*** Material for this task Section Begins ***

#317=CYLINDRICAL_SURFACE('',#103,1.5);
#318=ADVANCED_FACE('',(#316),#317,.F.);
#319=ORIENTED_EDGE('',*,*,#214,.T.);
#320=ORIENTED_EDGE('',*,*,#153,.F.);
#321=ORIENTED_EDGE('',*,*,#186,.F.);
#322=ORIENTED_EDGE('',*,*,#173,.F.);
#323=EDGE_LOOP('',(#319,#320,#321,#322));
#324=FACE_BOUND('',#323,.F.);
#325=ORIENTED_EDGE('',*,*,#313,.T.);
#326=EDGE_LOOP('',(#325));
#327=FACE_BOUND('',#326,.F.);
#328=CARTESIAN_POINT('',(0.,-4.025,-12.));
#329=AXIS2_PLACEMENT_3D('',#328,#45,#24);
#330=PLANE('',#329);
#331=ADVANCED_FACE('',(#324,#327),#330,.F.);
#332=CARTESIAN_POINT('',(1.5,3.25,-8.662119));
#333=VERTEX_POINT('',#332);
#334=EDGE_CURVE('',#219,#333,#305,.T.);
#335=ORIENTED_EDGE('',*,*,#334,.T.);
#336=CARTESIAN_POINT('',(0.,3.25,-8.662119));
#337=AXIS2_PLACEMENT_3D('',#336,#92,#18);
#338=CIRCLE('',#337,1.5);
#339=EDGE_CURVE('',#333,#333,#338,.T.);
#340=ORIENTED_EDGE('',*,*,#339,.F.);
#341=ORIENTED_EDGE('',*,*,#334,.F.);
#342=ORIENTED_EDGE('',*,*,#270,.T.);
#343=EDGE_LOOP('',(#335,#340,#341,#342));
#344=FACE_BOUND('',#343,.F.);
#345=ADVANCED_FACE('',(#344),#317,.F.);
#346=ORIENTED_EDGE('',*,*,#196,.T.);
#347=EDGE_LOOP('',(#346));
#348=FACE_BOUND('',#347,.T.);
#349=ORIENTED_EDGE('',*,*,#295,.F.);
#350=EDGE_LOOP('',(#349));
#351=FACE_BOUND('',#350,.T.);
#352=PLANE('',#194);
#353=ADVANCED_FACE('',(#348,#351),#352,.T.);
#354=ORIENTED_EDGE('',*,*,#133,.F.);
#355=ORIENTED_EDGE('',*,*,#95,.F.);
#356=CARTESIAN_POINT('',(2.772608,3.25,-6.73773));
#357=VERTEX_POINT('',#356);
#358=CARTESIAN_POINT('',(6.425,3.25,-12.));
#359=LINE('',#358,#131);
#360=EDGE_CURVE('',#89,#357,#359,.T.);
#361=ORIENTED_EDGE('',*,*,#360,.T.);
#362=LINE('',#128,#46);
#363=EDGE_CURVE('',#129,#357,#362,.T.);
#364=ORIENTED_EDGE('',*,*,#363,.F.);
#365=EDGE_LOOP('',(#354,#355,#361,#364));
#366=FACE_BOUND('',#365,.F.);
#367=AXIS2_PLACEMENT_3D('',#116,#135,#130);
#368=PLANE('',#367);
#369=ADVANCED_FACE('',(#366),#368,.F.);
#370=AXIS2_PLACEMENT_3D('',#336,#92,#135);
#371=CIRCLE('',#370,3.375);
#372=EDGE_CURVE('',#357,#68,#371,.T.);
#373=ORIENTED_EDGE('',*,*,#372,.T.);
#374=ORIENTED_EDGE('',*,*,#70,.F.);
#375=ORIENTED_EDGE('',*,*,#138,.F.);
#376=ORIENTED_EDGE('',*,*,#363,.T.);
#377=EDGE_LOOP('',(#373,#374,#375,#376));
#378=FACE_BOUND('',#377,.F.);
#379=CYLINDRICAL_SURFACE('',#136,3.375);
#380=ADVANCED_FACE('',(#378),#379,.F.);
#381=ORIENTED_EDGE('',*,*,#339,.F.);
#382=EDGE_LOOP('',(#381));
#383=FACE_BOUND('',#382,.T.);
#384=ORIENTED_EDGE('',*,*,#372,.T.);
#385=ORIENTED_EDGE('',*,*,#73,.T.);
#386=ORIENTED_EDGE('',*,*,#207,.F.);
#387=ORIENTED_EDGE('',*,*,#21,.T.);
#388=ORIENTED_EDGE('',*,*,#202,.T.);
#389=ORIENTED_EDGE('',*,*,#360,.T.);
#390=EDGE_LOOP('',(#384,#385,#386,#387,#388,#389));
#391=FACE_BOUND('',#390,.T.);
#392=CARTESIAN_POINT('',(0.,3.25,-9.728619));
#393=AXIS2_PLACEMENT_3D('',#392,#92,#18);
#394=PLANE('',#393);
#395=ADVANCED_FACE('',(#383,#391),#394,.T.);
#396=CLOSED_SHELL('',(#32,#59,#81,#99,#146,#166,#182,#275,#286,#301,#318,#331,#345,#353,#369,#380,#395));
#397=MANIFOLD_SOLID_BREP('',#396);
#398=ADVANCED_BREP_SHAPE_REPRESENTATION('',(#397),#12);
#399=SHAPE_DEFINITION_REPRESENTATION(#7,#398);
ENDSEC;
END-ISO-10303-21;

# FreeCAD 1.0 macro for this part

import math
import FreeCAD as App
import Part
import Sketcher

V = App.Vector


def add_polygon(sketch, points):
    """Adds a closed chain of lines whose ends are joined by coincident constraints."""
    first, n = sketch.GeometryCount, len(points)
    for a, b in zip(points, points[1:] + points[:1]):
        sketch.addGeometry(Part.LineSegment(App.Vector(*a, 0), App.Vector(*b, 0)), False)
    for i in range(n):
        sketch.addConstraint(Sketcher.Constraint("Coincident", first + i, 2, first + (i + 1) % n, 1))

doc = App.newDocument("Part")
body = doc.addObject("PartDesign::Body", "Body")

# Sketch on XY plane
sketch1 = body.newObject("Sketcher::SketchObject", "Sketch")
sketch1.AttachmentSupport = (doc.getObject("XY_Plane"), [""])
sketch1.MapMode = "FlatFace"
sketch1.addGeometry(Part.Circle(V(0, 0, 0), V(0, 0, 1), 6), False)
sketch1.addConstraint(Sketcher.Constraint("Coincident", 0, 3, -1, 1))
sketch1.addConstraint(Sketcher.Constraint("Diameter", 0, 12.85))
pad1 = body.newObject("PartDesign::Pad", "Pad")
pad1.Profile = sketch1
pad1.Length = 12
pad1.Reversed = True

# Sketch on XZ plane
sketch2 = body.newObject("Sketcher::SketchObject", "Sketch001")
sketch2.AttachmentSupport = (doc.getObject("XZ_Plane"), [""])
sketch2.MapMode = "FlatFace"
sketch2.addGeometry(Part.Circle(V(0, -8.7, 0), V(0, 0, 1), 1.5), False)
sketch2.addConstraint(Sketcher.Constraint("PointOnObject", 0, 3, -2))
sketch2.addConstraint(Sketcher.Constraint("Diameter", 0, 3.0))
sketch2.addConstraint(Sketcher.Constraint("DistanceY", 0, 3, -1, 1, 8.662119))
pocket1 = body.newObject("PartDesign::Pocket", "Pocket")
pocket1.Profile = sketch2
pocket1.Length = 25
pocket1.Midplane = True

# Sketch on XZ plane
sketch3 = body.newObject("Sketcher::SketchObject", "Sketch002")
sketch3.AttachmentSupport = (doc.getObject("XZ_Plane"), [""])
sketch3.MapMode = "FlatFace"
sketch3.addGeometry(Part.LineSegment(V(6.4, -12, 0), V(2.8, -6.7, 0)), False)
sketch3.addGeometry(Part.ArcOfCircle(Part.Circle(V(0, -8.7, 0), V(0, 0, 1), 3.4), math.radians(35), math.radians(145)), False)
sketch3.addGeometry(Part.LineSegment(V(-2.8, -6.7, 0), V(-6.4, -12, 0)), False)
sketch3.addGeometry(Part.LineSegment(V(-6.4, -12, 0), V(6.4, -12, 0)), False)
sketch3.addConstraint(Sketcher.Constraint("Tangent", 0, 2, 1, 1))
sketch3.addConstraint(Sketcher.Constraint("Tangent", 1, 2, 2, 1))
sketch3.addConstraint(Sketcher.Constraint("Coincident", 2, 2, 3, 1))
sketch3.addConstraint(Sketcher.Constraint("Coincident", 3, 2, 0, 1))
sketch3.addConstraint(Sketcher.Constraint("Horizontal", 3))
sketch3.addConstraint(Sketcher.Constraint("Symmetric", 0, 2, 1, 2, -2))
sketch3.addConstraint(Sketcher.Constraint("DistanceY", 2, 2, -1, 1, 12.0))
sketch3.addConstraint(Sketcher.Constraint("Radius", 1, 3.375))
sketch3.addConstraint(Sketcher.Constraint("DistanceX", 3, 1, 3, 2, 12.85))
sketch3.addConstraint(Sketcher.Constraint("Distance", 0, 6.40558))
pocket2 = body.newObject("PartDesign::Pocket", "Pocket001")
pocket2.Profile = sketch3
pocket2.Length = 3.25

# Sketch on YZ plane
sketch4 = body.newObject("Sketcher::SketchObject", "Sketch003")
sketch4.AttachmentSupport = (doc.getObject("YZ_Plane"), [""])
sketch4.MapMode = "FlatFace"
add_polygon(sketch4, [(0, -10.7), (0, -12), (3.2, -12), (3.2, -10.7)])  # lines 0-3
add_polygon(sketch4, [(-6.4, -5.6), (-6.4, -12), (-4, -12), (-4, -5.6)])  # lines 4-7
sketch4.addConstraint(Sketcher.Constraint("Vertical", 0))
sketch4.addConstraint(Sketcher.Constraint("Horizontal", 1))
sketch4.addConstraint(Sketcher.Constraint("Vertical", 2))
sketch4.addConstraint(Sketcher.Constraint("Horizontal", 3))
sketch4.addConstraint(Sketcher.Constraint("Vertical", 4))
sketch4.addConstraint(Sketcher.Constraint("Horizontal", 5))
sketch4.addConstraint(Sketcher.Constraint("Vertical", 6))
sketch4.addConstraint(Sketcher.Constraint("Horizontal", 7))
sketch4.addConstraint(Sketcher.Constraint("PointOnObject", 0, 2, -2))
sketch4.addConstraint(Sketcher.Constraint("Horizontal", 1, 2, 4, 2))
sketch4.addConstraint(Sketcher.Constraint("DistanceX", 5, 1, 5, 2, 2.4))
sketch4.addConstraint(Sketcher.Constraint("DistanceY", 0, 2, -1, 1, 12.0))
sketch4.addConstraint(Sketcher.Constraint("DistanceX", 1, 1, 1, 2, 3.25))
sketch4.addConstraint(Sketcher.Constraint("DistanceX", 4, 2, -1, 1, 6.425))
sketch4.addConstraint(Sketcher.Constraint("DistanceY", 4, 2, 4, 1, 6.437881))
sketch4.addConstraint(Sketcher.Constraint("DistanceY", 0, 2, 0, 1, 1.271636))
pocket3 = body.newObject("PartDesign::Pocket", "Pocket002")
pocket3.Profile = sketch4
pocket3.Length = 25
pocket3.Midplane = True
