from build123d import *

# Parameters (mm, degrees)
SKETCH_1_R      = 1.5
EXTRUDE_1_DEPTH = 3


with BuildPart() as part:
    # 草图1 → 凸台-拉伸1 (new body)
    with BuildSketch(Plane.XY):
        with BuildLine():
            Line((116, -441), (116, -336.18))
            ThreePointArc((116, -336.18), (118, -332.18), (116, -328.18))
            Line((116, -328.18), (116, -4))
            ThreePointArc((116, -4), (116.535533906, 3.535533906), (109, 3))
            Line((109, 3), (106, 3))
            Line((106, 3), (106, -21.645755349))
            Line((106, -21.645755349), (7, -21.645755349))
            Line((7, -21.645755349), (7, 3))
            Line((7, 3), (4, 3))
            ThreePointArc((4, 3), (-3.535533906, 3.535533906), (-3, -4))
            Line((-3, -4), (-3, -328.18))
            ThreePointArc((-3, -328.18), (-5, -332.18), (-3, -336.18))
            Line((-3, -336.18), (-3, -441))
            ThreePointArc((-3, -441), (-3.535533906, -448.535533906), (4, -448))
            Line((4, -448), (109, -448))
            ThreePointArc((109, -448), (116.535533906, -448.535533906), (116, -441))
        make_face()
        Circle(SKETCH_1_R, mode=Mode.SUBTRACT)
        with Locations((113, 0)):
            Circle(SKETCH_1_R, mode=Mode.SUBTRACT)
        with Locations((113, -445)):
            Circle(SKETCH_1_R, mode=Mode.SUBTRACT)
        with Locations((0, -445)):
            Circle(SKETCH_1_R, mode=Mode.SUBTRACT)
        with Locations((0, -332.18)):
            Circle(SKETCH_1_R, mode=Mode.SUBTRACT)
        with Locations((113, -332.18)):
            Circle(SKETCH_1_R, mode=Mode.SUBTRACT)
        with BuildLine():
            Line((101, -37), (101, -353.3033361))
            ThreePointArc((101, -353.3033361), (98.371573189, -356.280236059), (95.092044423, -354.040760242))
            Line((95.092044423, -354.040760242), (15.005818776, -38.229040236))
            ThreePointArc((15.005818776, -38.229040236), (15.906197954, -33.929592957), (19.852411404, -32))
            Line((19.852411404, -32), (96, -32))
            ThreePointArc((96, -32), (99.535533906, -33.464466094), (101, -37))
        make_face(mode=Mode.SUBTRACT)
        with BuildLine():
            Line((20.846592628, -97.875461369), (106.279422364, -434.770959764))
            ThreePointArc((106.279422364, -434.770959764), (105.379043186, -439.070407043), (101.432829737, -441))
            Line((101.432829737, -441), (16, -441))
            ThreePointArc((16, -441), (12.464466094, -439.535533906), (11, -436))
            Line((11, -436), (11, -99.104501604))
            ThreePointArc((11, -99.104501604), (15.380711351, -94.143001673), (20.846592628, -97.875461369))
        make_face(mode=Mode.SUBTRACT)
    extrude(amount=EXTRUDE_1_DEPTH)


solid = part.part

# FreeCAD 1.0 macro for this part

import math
import FreeCAD as App
import Part
import Sketcher
from FreeCAD import Vector

doc = App.newDocument("Part")
body = doc.addObject("PartDesign::Body", "Body")

# Sketch on XY plane
sketch1 = body.newObject("Sketcher::SketchObject", "Sketch")
sketch1.AttachmentSupport = (doc.getObject("XY_Plane"), [""])
sketch1.MapMode = "FlatFace"
sketch1.addGeometry(Part.LineSegment(Vector(116, -441, 0), Vector(116, -336.2, 0)), False)
sketch1.addGeometry(Part.ArcOfCircle(Part.Circle(Vector(113, -332.2, 0), Vector(0, 0, 1), 5), math.radians(-53), math.radians(53)), False)
sketch1.addGeometry(Part.LineSegment(Vector(116, -328.2, 0), Vector(116, -4, 0)), False)
sketch1.addGeometry(Part.ArcOfCircle(Part.Circle(Vector(113, 0, 0), Vector(0, 0, 1), 5), math.radians(-53), math.radians(143)), False)
sketch1.addGeometry(Part.LineSegment(Vector(109, 3, 0), Vector(106, 3, 0)), False)
sketch1.addGeometry(Part.LineSegment(Vector(106, 3, 0), Vector(106, -21.6, 0)), False)
sketch1.addGeometry(Part.LineSegment(Vector(106, -21.6, 0), Vector(7, -21.6, 0)), False)
sketch1.addGeometry(Part.LineSegment(Vector(7, -21.6, 0), Vector(7, 3, 0)), False)
sketch1.addGeometry(Part.LineSegment(Vector(7, 3, 0), Vector(4, 3, 0)), False)
sketch1.addGeometry(Part.ArcOfCircle(Part.Circle(Vector(0, 0, 0), Vector(0, 0, 1), 5), math.radians(37), math.radians(233)), False)
sketch1.addGeometry(Part.LineSegment(Vector(-3, -4, 0), Vector(-3, -328.2, 0)), False)
sketch1.addGeometry(Part.ArcOfCircle(Part.Circle(Vector(0, -332.2, 0), Vector(0, 0, 1), 5), math.radians(127), math.radians(233)), False)
sketch1.addGeometry(Part.LineSegment(Vector(-3, -336.2, 0), Vector(-3, -441, 0)), False)
sketch1.addGeometry(Part.ArcOfCircle(Part.Circle(Vector(0, -445, 0), Vector(0, 0, 1), 5), math.radians(127), math.radians(323)), False)
sketch1.addGeometry(Part.LineSegment(Vector(4, -448, 0), Vector(109, -448, 0)), False)
sketch1.addGeometry(Part.ArcOfCircle(Part.Circle(Vector(113, -445, 0), Vector(0, 0, 1), 5), math.radians(-143), math.radians(53)), False)
sketch1.addGeometry(Part.Circle(Vector(0, -445, 0), Vector(0, 0, 1), 1.5), False)
sketch1.addGeometry(Part.Circle(Vector(0, -332.2, 0), Vector(0, 0, 1), 1.5), False)
sketch1.addGeometry(Part.Circle(Vector(113, -445, 0), Vector(0, 0, 1), 1.5), False)
sketch1.addGeometry(Part.ArcOfCircle(Part.Circle(Vector(16, -99.1, 0), Vector(0, 0, 1), 5), math.radians(14), math.radians(180)), False)
sketch1.addGeometry(Part.LineSegment(Vector(20.8, -97.9, 0), Vector(106.3, -434.8, 0)), False)
sketch1.addGeometry(Part.ArcOfCircle(Part.Circle(Vector(101.4, -436, 0), Vector(0, 0, 1), 5), math.radians(-90), math.radians(14)), False)
sketch1.addGeometry(Part.LineSegment(Vector(101.4, -441, 0), Vector(16, -441, 0)), False)
sketch1.addGeometry(Part.ArcOfCircle(Part.Circle(Vector(16, -436, 0), Vector(0, 0, 1), 5), math.radians(180), math.radians(270)), False)
sketch1.addGeometry(Part.LineSegment(Vector(11, -436, 0), Vector(11, -99.1, 0)), False)
sketch1.addGeometry(Part.Circle(Vector(113, -332.2, 0), Vector(0, 0, 1), 1.5), False)
sketch1.addGeometry(Part.Circle(Vector(0, 0, 0), Vector(0, 0, 1), 1.5), False)
sketch1.addGeometry(Part.ArcOfCircle(Part.Circle(Vector(96, -37, 0), Vector(0, 0, 1), 5), math.radians(0), math.radians(90)), False)
sketch1.addGeometry(Part.LineSegment(Vector(101, -37, 0), Vector(101, -353.3, 0)), False)
sketch1.addGeometry(Part.ArcOfCircle(Part.Circle(Vector(98, -353.3, 0), Vector(0, 0, 1), 3), math.radians(-166), math.radians(0)), False)
sketch1.addGeometry(Part.LineSegment(Vector(95.1, -354, 0), Vector(15, -38.2, 0)), False)
sketch1.addGeometry(Part.ArcOfCircle(Part.Circle(Vector(19.9, -37, 0), Vector(0, 0, 1), 5), math.radians(90), math.radians(194)), False)
sketch1.addGeometry(Part.LineSegment(Vector(19.9, -32, 0), Vector(96, -32, 0)), False)
sketch1.addGeometry(Part.Circle(Vector(113, 0, 0), Vector(0, 0, 1), 1.5), False)
sketch1.addConstraint(Sketcher.Constraint("Coincident", 0, 2, 1, 1))
sketch1.addConstraint(Sketcher.Constraint("Coincident", 1, 2, 2, 1))
sketch1.addConstraint(Sketcher.Constraint("Coincident", 2, 2, 3, 1))
sketch1.addConstraint(Sketcher.Constraint("Coincident", 3, 2, 4, 1))
sketch1.addConstraint(Sketcher.Constraint("Coincident", 4, 2, 5, 1))
sketch1.addConstraint(Sketcher.Constraint("Coincident", 5, 2, 6, 1))
sketch1.addConstraint(Sketcher.Constraint("Coincident", 6, 2, 7, 1))
sketch1.addConstraint(Sketcher.Constraint("Coincident", 7, 2, 8, 1))
sketch1.addConstraint(Sketcher.Constraint("Coincident", 8, 2, 9, 1))
sketch1.addConstraint(Sketcher.Constraint("Coincident", 9, 2, 10, 1))
sketch1.addConstraint(Sketcher.Constraint("Coincident", 10, 2, 11, 1))
sketch1.addConstraint(Sketcher.Constraint("Coincident", 11, 2, 12, 1))
sketch1.addConstraint(Sketcher.Constraint("Coincident", 12, 2, 13, 1))
sketch1.addConstraint(Sketcher.Constraint("Coincident", 13, 2, 14, 1))
sketch1.addConstraint(Sketcher.Constraint("Coincident", 14, 2, 15, 1))
sketch1.addConstraint(Sketcher.Constraint("Coincident", 15, 2, 0, 1))
sketch1.addConstraint(Sketcher.Constraint("Tangent", 19, 1, 20, 1))
sketch1.addConstraint(Sketcher.Constraint("Tangent", 20, 2, 21, 2))
sketch1.addConstraint(Sketcher.Constraint("Tangent", 21, 1, 22, 1))
sketch1.addConstraint(Sketcher.Constraint("Tangent", 22, 2, 23, 2))
sketch1.addConstraint(Sketcher.Constraint("Tangent", 23, 1, 24, 1))
sketch1.addConstraint(Sketcher.Constraint("Tangent", 24, 2, 19, 2))
sketch1.addConstraint(Sketcher.Constraint("Tangent", 27, 1, 28, 1))
sketch1.addConstraint(Sketcher.Constraint("Tangent", 28, 2, 29, 2))
sketch1.addConstraint(Sketcher.Constraint("Tangent", 29, 1, 30, 1))
sketch1.addConstraint(Sketcher.Constraint("Tangent", 30, 2, 31, 2))
sketch1.addConstraint(Sketcher.Constraint("Tangent", 31, 1, 32, 1))
sketch1.addConstraint(Sketcher.Constraint("Tangent", 32, 2, 27, 2))
sketch1.addConstraint(Sketcher.Constraint("Vertical", 0))
sketch1.addConstraint(Sketcher.Constraint("Vertical", 2))
sketch1.addConstraint(Sketcher.Constraint("Horizontal", 4))
sketch1.addConstraint(Sketcher.Constraint("Vertical", 5))
sketch1.addConstraint(Sketcher.Constraint("Horizontal", 6))
sketch1.addConstraint(Sketcher.Constraint("Vertical", 7))
sketch1.addConstraint(Sketcher.Constraint("Horizontal", 8))
sketch1.addConstraint(Sketcher.Constraint("Vertical", 10))
sketch1.addConstraint(Sketcher.Constraint("Vertical", 12))
sketch1.addConstraint(Sketcher.Constraint("Horizontal", 14))
sketch1.addConstraint(Sketcher.Constraint("Horizontal", 22))
sketch1.addConstraint(Sketcher.Constraint("Vertical", 24))
sketch1.addConstraint(Sketcher.Constraint("Vertical", 28))
sketch1.addConstraint(Sketcher.Constraint("Horizontal", 32))
sketch1.addConstraint(Sketcher.Constraint("Coincident", 9, 3, -1, 1))
sketch1.addConstraint(Sketcher.Constraint("Coincident", 26, 3, -1, 1))
sketch1.addConstraint(Sketcher.Constraint("Coincident", 16, 3, 13, 3))
sketch1.addConstraint(Sketcher.Constraint("Coincident", 17, 3, 11, 3))
sketch1.addConstraint(Sketcher.Constraint("Coincident", 18, 3, 15, 3))
sketch1.addConstraint(Sketcher.Constraint("Coincident", 25, 3, 1, 3))
sketch1.addConstraint(Sketcher.Constraint("Coincident", 33, 3, 3, 3))
sketch1.addConstraint(Sketcher.Constraint("Equal", 1, 3))
sketch1.addConstraint(Sketcher.Constraint("Equal", 3, 9))
sketch1.addConstraint(Sketcher.Constraint("Equal", 9, 11))
sketch1.addConstraint(Sketcher.Constraint("Equal", 11, 13))
sketch1.addConstraint(Sketcher.Constraint("Equal", 13, 15))
sketch1.addConstraint(Sketcher.Constraint("Equal", 16, 17))
sketch1.addConstraint(Sketcher.Constraint("Equal", 17, 18))
sketch1.addConstraint(Sketcher.Constraint("Equal", 15, 19))
sketch1.addConstraint(Sketcher.Constraint("Equal", 19, 21))
sketch1.addConstraint(Sketcher.Constraint("Equal", 21, 23))
sketch1.addConstraint(Sketcher.Constraint("Equal", 18, 25))
sketch1.addConstraint(Sketcher.Constraint("Equal", 25, 26))
sketch1.addConstraint(Sketcher.Constraint("Equal", 23, 27))
sketch1.addConstraint(Sketcher.Constraint("Equal", 27, 31))
sketch1.addConstraint(Sketcher.Constraint("Equal", 26, 33))
sketch1.addConstraint(Sketcher.Constraint("PointOnObject", 3, 3, -1))
sketch1.addConstraint(Sketcher.Constraint("PointOnObject", 11, 3, -2))
sketch1.addConstraint(Sketcher.Constraint("PointOnObject", 13, 3, -2))
sketch1.addConstraint(Sketcher.Constraint("Parallel", 20, 30))
sketch1.addConstraint(Sketcher.Constraint("Horizontal", 1, 3, 11, 3))
sketch1.addConstraint(Sketcher.Constraint("Horizontal", 13, 3, 15, 3))
sketch1.addConstraint(Sketcher.Constraint("Horizontal", 4, 2, 7, 2))
sketch1.addConstraint(Sketcher.Constraint("Horizontal", 2, 2, 9, 2))
sketch1.addConstraint(Sketcher.Constraint("Horizontal", 1, 2, 10, 2))
sketch1.addConstraint(Sketcher.Constraint("Horizontal", 0, 2, 11, 2))
sketch1.addConstraint(Sketcher.Constraint("Horizontal", 12, 2, 15, 2))
sketch1.addConstraint(Sketcher.Constraint("Horizontal", 15, 2, 21, 1))
sketch1.addConstraint(Sketcher.Constraint("Vertical", 0, 2, 1, 2))
sketch1.addConstraint(Sketcher.Constraint("Vertical", 8, 2, 13, 2))
sketch1.addConstraint(Sketcher.Constraint("Equal", 4, 8))
sketch1.addConstraint(Sketcher.Constraint("Diameter", 16, 3.0))
sketch1.addConstraint(Sketcher.Constraint("Radius", 1, 5.0))
sketch1.addConstraint(Sketcher.Constraint("Radius", 29, 3.0))
sketch1.addConstraint(Sketcher.Constraint("DistanceX", 4, 2, 4, 1, 3.0))
sketch1.addConstraint(Sketcher.Constraint("DistanceX", 6, 2, 6, 1, 99.0))
sketch1.addConstraint(Sketcher.Constraint("DistanceX", -1, 1, 1, 3, 113.0))
sketch1.addConstraint(Sketcher.Constraint("DistanceY", 13, 3, -1, 1, 445.0))
sketch1.addConstraint(Sketcher.Constraint("DistanceX", -1, 1, 19, 3, 16.0))
sketch1.addConstraint(Sketcher.Constraint("DistanceY", 21, 3, -1, 1, 436.0))
sketch1.addConstraint(Sketcher.Constraint("DistanceX", -1, 1, 27, 3, 96.0))
sketch1.addConstraint(Sketcher.Constraint("DistanceY", 27, 3, -1, 1, 37.0))
sketch1.addConstraint(Sketcher.Constraint("DistanceY", 0, 1, 0, 2, 104.82))
sketch1.addConstraint(Sketcher.Constraint("DistanceY", 24, 1, 24, 2, 336.895498))
sketch1.addConstraint(Sketcher.Constraint("DistanceX", 22, 2, 22, 1, 85.43283))
sketch1.addConstraint(Sketcher.Constraint("DistanceX", 32, 1, 32, 2, 76.147589))
sketch1.addConstraint(Sketcher.Constraint("DistanceY", 5, 2, 5, 1, 24.645755))
pad1 = body.newObject("PartDesign::Pad", "Pad")
pad1.Profile = sketch1
pad1.Length = 3

doc.recompute()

*** Material for this task Section Ends ***

Instructions to follow: Reply with nothing but the count of lines in the entries above that contain "True".

Result of the exercise: 3